SEVERAL MONTHS LATER HE WAS IN KOREA, stationed at a base on the line between north and south. Behind him lay the crowded miles of South Korea. In front of him were the mountains of North Korea. A bridge toward the left as he faced north was connection and prevention. If he crossed that bridge, he would be shot down. He had no intention of crossing it; indeed, he had a horror of it. At night he woke himself out of the nightmare that unwittingly he had crossed it. Day after day he patrolled the line between north and south, he and others with him, a dull, dangerous, mechanical task from which there was no relief or recreation—or at least recreation that attracted him.

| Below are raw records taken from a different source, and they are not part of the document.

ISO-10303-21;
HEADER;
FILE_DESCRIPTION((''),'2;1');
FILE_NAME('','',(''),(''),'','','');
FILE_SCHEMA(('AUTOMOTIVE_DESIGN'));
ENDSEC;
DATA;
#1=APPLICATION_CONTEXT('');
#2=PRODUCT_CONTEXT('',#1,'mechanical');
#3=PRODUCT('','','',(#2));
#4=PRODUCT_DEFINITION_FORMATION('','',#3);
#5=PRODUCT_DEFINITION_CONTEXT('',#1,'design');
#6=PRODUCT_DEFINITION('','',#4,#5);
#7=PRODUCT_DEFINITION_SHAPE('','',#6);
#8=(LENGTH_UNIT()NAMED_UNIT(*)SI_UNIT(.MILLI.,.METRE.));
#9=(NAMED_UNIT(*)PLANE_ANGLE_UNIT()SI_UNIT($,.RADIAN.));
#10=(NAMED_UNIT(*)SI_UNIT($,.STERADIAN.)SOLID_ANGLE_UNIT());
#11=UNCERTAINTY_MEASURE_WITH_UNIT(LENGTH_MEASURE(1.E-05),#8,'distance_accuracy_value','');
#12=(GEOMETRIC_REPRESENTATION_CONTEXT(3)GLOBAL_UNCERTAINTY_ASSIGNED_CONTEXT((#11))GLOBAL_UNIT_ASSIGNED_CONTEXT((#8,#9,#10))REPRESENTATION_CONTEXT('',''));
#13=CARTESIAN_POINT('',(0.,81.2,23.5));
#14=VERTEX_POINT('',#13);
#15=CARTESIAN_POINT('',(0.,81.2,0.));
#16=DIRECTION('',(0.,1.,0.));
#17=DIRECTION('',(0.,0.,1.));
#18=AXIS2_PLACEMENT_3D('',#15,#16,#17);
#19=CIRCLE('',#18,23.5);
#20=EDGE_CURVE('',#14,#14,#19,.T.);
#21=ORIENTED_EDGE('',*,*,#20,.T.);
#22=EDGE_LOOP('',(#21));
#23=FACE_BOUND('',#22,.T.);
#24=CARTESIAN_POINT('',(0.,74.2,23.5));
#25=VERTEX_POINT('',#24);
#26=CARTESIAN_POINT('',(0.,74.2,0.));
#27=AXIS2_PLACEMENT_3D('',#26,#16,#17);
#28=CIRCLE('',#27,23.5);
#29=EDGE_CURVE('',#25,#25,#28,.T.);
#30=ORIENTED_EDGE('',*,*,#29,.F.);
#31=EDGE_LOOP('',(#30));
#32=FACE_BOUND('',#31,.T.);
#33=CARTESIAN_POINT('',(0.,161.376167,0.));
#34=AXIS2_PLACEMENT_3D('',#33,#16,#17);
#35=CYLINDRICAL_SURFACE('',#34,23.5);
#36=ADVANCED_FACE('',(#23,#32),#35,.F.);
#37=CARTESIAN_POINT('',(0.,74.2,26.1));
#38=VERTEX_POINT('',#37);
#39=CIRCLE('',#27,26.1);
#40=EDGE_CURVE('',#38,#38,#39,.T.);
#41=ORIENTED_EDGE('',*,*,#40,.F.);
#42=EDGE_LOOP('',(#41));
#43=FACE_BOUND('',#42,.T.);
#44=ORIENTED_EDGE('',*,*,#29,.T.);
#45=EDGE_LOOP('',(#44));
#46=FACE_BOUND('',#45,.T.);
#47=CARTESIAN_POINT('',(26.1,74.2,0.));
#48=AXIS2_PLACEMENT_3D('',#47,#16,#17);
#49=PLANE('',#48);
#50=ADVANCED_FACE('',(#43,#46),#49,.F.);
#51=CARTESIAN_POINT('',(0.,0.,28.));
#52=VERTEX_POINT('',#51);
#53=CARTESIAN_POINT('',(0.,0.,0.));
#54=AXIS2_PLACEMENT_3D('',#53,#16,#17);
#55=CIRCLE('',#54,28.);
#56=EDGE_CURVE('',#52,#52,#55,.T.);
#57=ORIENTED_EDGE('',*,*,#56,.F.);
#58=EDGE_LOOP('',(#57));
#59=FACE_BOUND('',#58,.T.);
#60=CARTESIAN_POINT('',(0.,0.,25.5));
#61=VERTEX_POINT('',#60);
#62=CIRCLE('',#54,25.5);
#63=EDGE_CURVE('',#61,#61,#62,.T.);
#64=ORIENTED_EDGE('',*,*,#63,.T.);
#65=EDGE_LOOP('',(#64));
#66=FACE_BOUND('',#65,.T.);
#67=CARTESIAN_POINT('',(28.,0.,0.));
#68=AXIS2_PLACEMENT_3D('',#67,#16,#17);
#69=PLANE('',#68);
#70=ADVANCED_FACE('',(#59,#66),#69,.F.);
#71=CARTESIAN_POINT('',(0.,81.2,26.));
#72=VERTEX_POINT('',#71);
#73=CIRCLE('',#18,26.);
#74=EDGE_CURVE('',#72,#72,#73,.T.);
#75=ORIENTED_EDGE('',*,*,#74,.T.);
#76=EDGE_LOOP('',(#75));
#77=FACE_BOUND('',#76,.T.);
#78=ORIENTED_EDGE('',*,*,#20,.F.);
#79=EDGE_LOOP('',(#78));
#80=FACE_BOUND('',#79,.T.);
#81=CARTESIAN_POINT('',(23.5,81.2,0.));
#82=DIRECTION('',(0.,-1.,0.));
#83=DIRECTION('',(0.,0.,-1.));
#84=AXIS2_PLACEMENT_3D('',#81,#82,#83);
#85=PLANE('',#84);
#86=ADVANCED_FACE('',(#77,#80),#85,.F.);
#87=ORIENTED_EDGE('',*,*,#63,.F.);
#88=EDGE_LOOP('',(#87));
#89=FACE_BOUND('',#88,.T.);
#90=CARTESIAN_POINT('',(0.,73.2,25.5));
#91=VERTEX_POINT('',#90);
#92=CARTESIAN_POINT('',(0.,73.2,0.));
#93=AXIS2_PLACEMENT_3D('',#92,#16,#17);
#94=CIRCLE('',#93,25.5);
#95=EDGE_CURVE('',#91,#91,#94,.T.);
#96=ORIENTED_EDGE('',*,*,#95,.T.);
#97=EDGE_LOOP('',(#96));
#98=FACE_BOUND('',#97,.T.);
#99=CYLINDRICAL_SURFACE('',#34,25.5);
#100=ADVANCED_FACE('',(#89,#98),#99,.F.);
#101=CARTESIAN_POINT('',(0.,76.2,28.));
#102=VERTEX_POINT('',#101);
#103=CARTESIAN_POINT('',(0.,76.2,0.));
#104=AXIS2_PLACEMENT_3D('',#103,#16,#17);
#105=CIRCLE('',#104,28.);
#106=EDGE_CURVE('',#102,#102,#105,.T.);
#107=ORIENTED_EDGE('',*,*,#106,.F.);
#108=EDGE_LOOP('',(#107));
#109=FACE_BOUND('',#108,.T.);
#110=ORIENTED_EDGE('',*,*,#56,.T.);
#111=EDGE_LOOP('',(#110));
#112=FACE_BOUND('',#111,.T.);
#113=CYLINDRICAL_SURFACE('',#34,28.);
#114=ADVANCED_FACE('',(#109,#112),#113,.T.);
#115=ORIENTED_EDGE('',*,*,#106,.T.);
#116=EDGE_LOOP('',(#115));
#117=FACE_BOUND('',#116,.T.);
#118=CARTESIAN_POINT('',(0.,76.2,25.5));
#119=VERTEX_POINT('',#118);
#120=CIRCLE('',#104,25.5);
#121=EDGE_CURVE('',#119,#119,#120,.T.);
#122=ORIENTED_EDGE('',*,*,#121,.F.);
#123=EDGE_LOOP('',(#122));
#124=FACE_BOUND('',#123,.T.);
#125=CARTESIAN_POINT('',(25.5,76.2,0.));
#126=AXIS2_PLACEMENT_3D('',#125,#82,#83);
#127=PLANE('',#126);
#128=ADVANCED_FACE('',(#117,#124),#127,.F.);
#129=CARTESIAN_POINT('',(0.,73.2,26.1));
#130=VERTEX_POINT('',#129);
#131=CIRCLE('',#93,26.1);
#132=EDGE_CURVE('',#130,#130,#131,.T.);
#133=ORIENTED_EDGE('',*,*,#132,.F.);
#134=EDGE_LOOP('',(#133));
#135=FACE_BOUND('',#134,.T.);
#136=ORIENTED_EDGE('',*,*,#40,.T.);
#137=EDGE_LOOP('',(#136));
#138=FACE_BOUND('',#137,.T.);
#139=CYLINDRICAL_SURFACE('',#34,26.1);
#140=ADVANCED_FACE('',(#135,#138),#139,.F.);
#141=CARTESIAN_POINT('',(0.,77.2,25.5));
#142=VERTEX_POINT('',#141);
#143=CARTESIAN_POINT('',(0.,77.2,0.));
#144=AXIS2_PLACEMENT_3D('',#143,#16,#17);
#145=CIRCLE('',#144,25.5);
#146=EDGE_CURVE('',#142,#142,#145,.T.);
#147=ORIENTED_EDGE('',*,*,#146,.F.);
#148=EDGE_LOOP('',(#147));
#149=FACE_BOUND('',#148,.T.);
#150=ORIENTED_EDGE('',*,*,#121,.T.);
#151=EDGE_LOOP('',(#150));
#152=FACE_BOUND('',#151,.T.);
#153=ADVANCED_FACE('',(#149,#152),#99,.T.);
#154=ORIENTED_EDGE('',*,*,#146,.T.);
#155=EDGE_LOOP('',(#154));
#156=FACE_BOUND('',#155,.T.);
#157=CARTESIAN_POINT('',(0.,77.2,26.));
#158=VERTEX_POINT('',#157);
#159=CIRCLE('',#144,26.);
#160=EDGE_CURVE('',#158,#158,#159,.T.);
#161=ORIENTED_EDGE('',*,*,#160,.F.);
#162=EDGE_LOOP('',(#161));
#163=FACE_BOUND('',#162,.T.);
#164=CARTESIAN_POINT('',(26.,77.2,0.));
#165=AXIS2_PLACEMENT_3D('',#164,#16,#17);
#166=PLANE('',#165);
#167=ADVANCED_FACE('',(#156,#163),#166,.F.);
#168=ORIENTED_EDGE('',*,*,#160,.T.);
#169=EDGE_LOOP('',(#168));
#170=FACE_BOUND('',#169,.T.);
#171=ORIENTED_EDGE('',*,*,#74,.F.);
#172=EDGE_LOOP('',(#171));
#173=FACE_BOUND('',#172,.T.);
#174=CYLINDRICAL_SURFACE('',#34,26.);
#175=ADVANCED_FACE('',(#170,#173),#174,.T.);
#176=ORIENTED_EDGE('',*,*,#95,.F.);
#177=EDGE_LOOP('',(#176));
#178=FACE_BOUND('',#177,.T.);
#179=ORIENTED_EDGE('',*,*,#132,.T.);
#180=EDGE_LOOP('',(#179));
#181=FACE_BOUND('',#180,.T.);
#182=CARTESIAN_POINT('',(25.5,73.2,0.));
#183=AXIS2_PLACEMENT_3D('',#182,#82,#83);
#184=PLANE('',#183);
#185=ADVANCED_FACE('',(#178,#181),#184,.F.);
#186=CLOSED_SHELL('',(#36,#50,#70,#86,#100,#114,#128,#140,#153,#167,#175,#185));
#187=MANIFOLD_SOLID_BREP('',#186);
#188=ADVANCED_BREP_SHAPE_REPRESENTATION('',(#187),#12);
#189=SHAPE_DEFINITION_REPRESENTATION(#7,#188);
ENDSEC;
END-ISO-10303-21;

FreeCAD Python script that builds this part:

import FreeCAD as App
import Part
import Sketcher

V = App.Vector

doc = App.newDocument("Part")
body = doc.addObject("PartDesign::Body", "Body")

sketch1 = body.newObject("Sketcher::SketchObject", "Sketch")
sketch1.AttachmentSupport = (doc.getObject("XY_Plane"), [""])
sketch1.MapMode = "FlatFace"
sketch1.addGeometry(Part.LineSegment(V(26, 81.2, 0), V(23.5, 81.2, 0)), False)
sketch1.addGeometry(Part.LineSegment(V(23.5, 81.2, 0), V(23.5, 74.2, 0)), False)
sketch1.addGeometry(Part.LineSegment(V(23.5, 74.2, 0), V(26.1, 74.2, 0)), False)
sketch1.addGeometry(Part.LineSegment(V(26.1, 74.2, 0), V(26.1, 73.2, 0)), False)
sketch1.addGeometry(Part.LineSegment(V(26.1, 73.2, 0), V(25.5, 73.2, 0)), False)
sketch1.addGeometry(Part.LineSegment(V(25.5, 73.2, 0), V(25.5, 0, 0)), False)
sketch1.addGeometry(Part.LineSegment(V(25.5, 0, 0), V(28, 0, 0)), False)
sketch1.addGeometry(Part.LineSegment(V(28, 0, 0), V(28, 76.2, 0)), False)
sketch1.addGeometry(Part.LineSegment(V(28, 76.2, 0), V(25.5, 76.2, 0)), False)
sketch1.addGeometry(Part.LineSegment(V(25.5, 76.2, 0), V(25.5, 77.2, 0)), False)
sketch1.addGeometry(Part.LineSegment(V(25.5, 77.2, 0), V(26, 77.2, 0)), False)
sketch1.addGeometry(Part.LineSegment(V(26, 77.2, 0), V(26, 81.2, 0)), False)
sketch1.addConstraint(Sketcher.Constraint("Coincident", 0, 2, 1, 1))
sketch1.addConstraint(Sketcher.Constraint("Coincident", 1, 2, 2, 1))
sketch1.addConstraint(Sketcher.Constraint("Coincident", 2, 2, 3, 1))
sketch1.addConstraint(Sketcher.Constraint("Coincident", 3, 2, 4, 1))
sketch1.addConstraint(Sketcher.Constraint("Coincident", 4, 2, 5, 1))
sketch1.addConstraint(Sketcher.Constraint("Coincident", 5, 2, 6, 1))
sketch1.addConstraint(Sketcher.Constraint("Coincident", 6, 2, 7, 1))
sketch1.addConstraint(Sketcher.Constraint("Coincident", 7, 2, 8, 1))
sketch1.addConstraint(Sketcher.Constraint("Coincident", 8, 2, 9, 1))
sketch1.addConstraint(Sketcher.Constraint("Coincident", 9, 2, 10, 1))
sketch1.addConstraint(Sketcher.Constraint("Coincident", 10, 2, 11, 1))
sketch1.addConstraint(Sketcher.Constraint("Coincident", 11, 2, 0, 1))
sketch1.addConstraint(Sketcher.Constraint("Horizontal", 0))
sketch1.addConstraint(Sketcher.Constraint("Vertical", 1))
sketch1.addConstraint(Sketcher.Constraint("Horizontal", 2))
sketch1.addConstraint(Sketcher.Constraint("Vertical", 3))
sketch1.addConstraint(Sketcher.Constraint("Horizontal", 4))
sketch1.addConstraint(Sketcher.Constraint("Vertical", 5))
sketch1.addConstraint(Sketcher.Constraint("Horizontal", 6))
sketch1.addConstraint(Sketcher.Constraint("Vertical", 7))
sketch1.addConstraint(Sketcher.Constraint("Horizontal", 8))
sketch1.addConstraint(Sketcher.Constraint("Vertical", 9))
sketch1.addConstraint(Sketcher.Constraint("Horizontal", 10))
sketch1.addConstraint(Sketcher.Constraint("Vertical", 11))
sketch1.addConstraint(Sketcher.Constraint("PointOnObject", 5, 2, -1))
sketch1.addConstraint(Sketcher.Constraint("Vertical", 5, 2, 8, 2))
sketch1.addConstraint(Sketcher.Constraint("Equal", 0, 6))
sketch1.addConstraint(Sketcher.Constraint("Equal", 3, 9))
sketch1.addConstraint(Sketcher.Constraint("DistanceY", 1, 2, 1, 1, 7.0))
sketch1.addConstraint(Sketcher.Constraint("DistanceY", 3, 2, 3, 1, 1.0))
sketch1.addConstraint(Sketcher.Constraint("DistanceY", 11, 1, 11, 2, 4.0))
sketch1.addConstraint(Sketcher.Constraint("DistanceX", 0, 2, 0, 1, 2.5))
sketch1.addConstraint(Sketcher.Constraint("DistanceX", 2, 1, 2, 2, 2.6))
sketch1.addConstraint(Sketcher.Constraint("DistanceX", 4, 2, 4, 1, 0.6))
sketch1.addConstraint(Sketcher.Constraint("DistanceY", 5, 2, 5, 1, 73.2))
sketch1.addConstraint(Sketcher.Constraint("DistanceX", -1, 1, 6, 2, 28.0))
revolution = body.newObject("PartDesign::Revolution", "Revolution")
revolution.Profile = sketch1
revolution.ReferenceAxis = (sketch1, ["V_Axis"])
revolution.Angle = 360

doc.recompute()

“Get yourself a girl,” the nasal-voiced sergeant had drawled the first night his company had arrived at the base camp. “Don’t pick up with these broads that talk English. They’ve been around a lot and they’re rotten with disease. You’ll have to fight ’em off, though. They’re bold as brass—walk up to you and pull down your zipper before you know it! Naw, you find yourself a nice little country girl and shack up with her. She’ll look after you— they all know how, these little gooks!”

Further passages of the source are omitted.